■ WORK ITEM
Below are records; reproduce exactly the lines from the one that has "extrude(amount=-CUT_EXTRUDE_4_DEPTH, mode=Mode.SUBTRACT)" through the one that has "Rebuilt in FreeCAD, every", ends included, and nothing more.

Items from a data source

==========

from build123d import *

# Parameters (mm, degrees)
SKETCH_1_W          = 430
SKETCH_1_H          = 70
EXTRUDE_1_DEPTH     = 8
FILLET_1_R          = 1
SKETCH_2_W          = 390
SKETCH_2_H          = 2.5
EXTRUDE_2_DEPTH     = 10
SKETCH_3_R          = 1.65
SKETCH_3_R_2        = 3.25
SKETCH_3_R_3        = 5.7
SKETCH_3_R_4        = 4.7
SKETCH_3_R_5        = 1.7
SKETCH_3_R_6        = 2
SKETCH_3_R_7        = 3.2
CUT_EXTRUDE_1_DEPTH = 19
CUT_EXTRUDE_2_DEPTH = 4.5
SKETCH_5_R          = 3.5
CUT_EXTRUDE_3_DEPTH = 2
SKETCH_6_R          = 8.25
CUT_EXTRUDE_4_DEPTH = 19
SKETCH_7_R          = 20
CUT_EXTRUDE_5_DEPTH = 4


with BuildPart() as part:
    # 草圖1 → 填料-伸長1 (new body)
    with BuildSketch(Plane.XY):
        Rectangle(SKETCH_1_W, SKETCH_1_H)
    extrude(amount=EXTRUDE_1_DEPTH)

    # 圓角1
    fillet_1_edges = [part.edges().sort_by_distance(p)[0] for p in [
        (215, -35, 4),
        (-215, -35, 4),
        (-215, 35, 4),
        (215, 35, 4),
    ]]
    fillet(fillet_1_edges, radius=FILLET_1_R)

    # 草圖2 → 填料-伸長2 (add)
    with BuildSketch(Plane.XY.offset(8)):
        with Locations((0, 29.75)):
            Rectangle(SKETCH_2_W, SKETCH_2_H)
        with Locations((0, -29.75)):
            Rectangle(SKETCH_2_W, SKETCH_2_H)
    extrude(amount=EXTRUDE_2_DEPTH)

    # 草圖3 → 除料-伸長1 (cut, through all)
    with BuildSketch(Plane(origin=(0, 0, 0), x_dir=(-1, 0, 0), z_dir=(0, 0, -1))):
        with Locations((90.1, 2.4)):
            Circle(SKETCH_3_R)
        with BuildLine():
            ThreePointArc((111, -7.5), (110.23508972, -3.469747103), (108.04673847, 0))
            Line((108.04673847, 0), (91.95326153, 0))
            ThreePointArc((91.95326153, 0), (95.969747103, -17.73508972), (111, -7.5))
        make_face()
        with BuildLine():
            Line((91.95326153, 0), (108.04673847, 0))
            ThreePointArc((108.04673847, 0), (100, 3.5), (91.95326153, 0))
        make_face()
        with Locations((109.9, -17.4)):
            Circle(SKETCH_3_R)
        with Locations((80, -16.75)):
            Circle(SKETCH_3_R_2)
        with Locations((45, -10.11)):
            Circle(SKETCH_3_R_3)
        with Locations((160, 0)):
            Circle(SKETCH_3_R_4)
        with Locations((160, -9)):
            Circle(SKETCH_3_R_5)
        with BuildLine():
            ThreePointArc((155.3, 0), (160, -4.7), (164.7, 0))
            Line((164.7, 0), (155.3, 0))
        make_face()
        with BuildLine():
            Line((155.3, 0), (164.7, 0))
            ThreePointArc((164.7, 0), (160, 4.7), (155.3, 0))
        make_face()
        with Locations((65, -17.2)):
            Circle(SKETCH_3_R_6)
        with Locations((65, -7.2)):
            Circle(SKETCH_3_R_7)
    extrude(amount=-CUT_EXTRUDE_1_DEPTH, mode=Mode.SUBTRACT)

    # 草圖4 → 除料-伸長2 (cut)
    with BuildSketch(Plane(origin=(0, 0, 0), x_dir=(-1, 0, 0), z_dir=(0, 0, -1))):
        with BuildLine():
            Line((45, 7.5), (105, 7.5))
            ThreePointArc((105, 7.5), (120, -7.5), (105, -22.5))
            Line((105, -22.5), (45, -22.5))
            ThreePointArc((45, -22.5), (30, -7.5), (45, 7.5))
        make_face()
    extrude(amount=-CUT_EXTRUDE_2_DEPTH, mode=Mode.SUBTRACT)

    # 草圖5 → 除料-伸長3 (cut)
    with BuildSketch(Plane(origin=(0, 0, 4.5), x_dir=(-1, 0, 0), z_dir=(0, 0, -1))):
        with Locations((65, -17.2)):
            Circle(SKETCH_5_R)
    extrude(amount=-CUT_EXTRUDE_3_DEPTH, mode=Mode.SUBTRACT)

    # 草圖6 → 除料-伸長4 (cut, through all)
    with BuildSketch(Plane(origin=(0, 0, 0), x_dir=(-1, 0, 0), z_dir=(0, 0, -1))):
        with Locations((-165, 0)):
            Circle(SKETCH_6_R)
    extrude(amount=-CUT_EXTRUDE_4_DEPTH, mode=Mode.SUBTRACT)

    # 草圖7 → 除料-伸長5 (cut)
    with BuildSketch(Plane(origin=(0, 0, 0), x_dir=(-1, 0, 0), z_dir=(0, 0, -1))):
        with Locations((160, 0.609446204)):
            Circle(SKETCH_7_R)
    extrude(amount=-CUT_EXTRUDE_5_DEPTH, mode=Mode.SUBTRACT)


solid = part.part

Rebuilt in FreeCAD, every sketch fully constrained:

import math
import FreeCAD as App
import Part
import Sketcher
from FreeCAD import Vector
Q = App.Units.Quantity


def edges_at(feature, points):
    """Names of the edges that pass closest to the given points."""
    edges = feature.Shape.Edges
    near = lambda p: min(range(len(edges)), key=lambda i: edges[i].distToShape(Part.Vertex(*p))[0])
    return sorted({f"Edge{near(p) + 1}" for p in points})

doc = App.newDocument("Part")
body = doc.addObject("PartDesign::Body", "Body")

# Sketch on XY plane
sketch1 = body.newObject("Sketcher::SketchObject", "Sketch")
sketch1.AttachmentSupport = (doc.getObject("XY_Plane"), [""])
sketch1.MapMode = "FlatFace"
sketch1.addGeometry([
    Part.LineSegment(Vector(-215, 35, 0), Vector(-215, -35, 0)),
    Part.LineSegment(Vector(-215, -35, 0), Vector(215, -35, 0)),
    Part.LineSegment(Vector(215, -35, 0), Vector(215, 35, 0)),
    Part.LineSegment(Vector(215, 35, 0), Vector(-215, 35, 0)),
], False)
sketch1.addConstraint([
    Sketcher.Constraint("Coincident", 0, 2, 1, 1),
    Sketcher.Constraint("Coincident", 1, 2, 2, 1),
    Sketcher.Constraint("Coincident", 2, 2, 3, 1),
    Sketcher.Constraint("Coincident", 3, 2, 0, 1),
    Sketcher.Constraint("Vertical", 0),
    Sketcher.Constraint("Horizontal", 1),
    Sketcher.Constraint("Vertical", 2),
    Sketcher.Constraint("Horizontal", 3),
    Sketcher.Constraint("Symmetric", 0, 2, 2, 2, -1, 1),
    Sketcher.Constraint("DistanceX", 1, 1, 1, 2, Q("430 mm")),
    Sketcher.Constraint("DistanceY", 0, 2, 0, 1, Q("70 mm")),
])
pad1 = body.newObject("PartDesign::Pad", "Pad")
pad1.Profile = sketch1
pad1.Length = 8
doc.recompute()

fillet = body.newObject("PartDesign::Fillet", "Fillet")
fillet.Base = (pad1, edges_at(pad1, [
    (215, -35, 4),
    (-215, -35, 4),
    (-215, 35, 4),
    (215, 35, 4),
]))
fillet.Radius = 1

# Sketch on XY plane
sketch2 = body.newObject("Sketcher::SketchObject", "Sketch001")
sketch2.AttachmentSupport = (doc.getObject("XY_Plane"), [""])
sketch2.MapMode = "FlatFace"
sketch2.AttachmentOffset = App.Placement(Vector(0, 0, 8), App.Rotation())
sketch2.addGeometry([
    Part.LineSegment(Vector(-195, 31, 0), Vector(-195, 28.5, 0)),  # 0
    Part.LineSegment(Vector(-195, 28.5, 0), Vector(195, 28.5, 0)),  # 1
    Part.LineSegment(Vector(195, 28.5, 0), Vector(195, 31, 0)),  # 2
    Part.LineSegment(Vector(195, 31, 0), Vector(-195, 31, 0)),  # 3
    Part.LineSegment(Vector(-195, -28.5, 0), Vector(-195, -31, 0)),  # 4
    Part.LineSegment(Vector(-195, -31, 0), Vector(195, -31, 0)),  # 5
    Part.LineSegment(Vector(195, -31, 0), Vector(195, -28.5, 0)),  # 6
    Part.LineSegment(Vector(195, -28.5, 0), Vector(-195, -28.5, 0)),  # 7
], False)
sketch2.addConstraint([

==========

■ RESULT OF THIS EXERCISE
    extrude(amount=-CUT_EXTRUDE_4_DEPTH, mode=Mode.SUBTRACT)

    # 草圖7 → 除料-伸長5 (cut)
    with BuildSketch(Plane(origin=(0, 0, 0), x_dir=(-1, 0, 0), z_dir=(0, 0, -1))):
        with Locations((160, 0.609446204)):
            Circle(SKETCH_7_R)
    extrude(amount=-CUT_EXTRUDE_5_DEPTH, mode=Mode.SUBTRACT)


solid = part.part

Rebuilt in FreeCAD, every sketch fully constrained:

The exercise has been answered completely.